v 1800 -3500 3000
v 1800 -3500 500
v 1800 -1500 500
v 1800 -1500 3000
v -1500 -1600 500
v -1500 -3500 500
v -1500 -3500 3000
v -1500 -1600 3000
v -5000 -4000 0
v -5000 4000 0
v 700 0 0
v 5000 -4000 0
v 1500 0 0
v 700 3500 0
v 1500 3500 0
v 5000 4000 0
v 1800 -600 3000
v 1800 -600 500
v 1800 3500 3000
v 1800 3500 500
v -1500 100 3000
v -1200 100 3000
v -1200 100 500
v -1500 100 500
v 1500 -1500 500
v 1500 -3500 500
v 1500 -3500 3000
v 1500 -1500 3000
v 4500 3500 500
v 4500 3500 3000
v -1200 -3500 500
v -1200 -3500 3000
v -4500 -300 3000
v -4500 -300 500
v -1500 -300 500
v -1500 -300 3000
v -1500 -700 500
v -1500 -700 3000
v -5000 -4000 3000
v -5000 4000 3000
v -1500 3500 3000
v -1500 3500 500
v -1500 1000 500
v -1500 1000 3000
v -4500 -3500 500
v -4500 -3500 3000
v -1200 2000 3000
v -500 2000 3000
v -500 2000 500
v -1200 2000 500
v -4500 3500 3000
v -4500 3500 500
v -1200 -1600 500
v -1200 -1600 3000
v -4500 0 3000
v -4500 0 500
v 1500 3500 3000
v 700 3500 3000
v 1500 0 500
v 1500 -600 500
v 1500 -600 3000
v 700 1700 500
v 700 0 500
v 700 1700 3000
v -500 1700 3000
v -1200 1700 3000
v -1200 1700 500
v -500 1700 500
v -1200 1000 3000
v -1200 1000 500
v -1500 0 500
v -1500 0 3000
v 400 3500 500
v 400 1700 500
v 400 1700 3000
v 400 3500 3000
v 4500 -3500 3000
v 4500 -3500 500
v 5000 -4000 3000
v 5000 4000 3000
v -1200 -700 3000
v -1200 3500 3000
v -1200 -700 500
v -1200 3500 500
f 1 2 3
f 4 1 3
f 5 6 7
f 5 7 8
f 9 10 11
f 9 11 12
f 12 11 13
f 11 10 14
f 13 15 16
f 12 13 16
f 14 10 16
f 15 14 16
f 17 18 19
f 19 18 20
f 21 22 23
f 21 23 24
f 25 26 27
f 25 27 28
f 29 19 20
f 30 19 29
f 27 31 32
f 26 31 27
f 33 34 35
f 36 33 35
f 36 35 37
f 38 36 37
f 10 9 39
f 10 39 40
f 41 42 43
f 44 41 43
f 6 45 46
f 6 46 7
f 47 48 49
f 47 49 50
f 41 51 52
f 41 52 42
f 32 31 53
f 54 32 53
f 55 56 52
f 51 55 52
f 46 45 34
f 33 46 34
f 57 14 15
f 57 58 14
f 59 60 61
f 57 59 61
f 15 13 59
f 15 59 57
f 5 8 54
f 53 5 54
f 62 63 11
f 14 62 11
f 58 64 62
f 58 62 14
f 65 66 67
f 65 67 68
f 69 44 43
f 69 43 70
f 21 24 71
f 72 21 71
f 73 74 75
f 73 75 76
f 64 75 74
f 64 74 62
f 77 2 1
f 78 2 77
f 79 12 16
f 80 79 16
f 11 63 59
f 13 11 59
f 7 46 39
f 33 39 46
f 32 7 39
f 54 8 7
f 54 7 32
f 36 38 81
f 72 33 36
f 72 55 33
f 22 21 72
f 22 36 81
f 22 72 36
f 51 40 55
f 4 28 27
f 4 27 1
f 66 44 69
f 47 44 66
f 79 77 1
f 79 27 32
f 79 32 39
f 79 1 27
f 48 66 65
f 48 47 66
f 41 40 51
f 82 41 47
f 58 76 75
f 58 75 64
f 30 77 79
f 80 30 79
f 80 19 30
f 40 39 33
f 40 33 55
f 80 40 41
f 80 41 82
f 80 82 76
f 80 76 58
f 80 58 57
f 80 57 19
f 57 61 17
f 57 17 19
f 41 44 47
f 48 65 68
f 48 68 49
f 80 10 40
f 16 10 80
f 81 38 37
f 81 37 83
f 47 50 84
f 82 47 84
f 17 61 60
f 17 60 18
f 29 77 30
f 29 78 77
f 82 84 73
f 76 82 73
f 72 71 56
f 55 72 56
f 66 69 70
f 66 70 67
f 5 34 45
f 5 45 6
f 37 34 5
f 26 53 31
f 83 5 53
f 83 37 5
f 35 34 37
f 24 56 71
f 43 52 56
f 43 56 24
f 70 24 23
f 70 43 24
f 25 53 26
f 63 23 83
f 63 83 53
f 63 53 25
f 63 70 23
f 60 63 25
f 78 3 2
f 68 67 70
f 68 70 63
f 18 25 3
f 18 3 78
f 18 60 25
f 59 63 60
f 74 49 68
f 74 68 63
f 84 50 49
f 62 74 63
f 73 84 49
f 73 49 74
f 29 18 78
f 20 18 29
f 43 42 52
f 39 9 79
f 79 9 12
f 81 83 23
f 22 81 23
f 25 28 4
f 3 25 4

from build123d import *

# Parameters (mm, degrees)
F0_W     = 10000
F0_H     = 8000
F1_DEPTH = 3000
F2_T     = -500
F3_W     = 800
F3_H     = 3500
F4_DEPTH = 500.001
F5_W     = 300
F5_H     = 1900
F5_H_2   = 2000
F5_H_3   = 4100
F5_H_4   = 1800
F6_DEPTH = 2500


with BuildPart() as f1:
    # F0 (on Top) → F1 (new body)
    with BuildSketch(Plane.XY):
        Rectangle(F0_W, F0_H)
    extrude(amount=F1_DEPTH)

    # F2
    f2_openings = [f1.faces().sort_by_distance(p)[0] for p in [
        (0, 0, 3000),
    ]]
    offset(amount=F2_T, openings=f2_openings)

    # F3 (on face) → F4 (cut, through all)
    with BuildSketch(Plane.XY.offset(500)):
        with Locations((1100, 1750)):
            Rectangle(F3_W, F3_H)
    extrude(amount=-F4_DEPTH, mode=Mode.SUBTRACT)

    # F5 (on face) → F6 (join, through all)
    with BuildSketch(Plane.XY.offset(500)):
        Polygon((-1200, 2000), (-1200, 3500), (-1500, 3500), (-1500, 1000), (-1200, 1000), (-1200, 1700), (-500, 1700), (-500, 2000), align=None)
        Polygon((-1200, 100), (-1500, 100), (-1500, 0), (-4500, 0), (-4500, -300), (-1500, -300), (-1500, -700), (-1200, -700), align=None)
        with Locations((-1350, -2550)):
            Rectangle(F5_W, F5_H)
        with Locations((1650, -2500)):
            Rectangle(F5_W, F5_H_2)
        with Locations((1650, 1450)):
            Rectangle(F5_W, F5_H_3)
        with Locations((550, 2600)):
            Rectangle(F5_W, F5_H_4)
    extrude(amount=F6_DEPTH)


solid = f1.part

....

Task statement: Copy every line of the records above, starting with the first, up to and including the line containing "v -4500 -3500 500".

Problem solution:
v 1800 -3500 3000
v 1800 -3500 500
v 1800 -1500 500
v 1800 -1500 3000
v -1500 -1600 500
v -1500 -3500 500
v -1500 -3500 3000
v -1500 -1600 3000
v -5000 -4000 0
v -5000 4000 0
v 700 0 0
v 5000 -4000 0
v 1500 0 0
v 700 3500 0
v 1500 3500 0
v 5000 4000 0
v 1800 -600 3000
v 1800 -600 500
v 1800 3500 3000
v 1800 3500 500
v -1500 100 3000
v -1200 100 3000
v -1200 100 500
v -1500 100 500
v 1500 -1500 500
v 1500 -3500 500
v 1500 -3500 3000
v 1500 -1500 3000
v 4500 3500 500
v 4500 3500 3000
v -1200 -3500 500
v -1200 -3500 3000
v -4500 -300 3000
v -4500 -300 500
v -1500 -300 500
v -1500 -300 3000
v -1500 -700 500
v -1500 -700 3000
v -5000 -4000 3000
v -5000 4000 3000
v -1500 3500 3000
v -1500 3500 500
v -1500 1000 500
v -1500 1000 3000
v -4500 -3500 500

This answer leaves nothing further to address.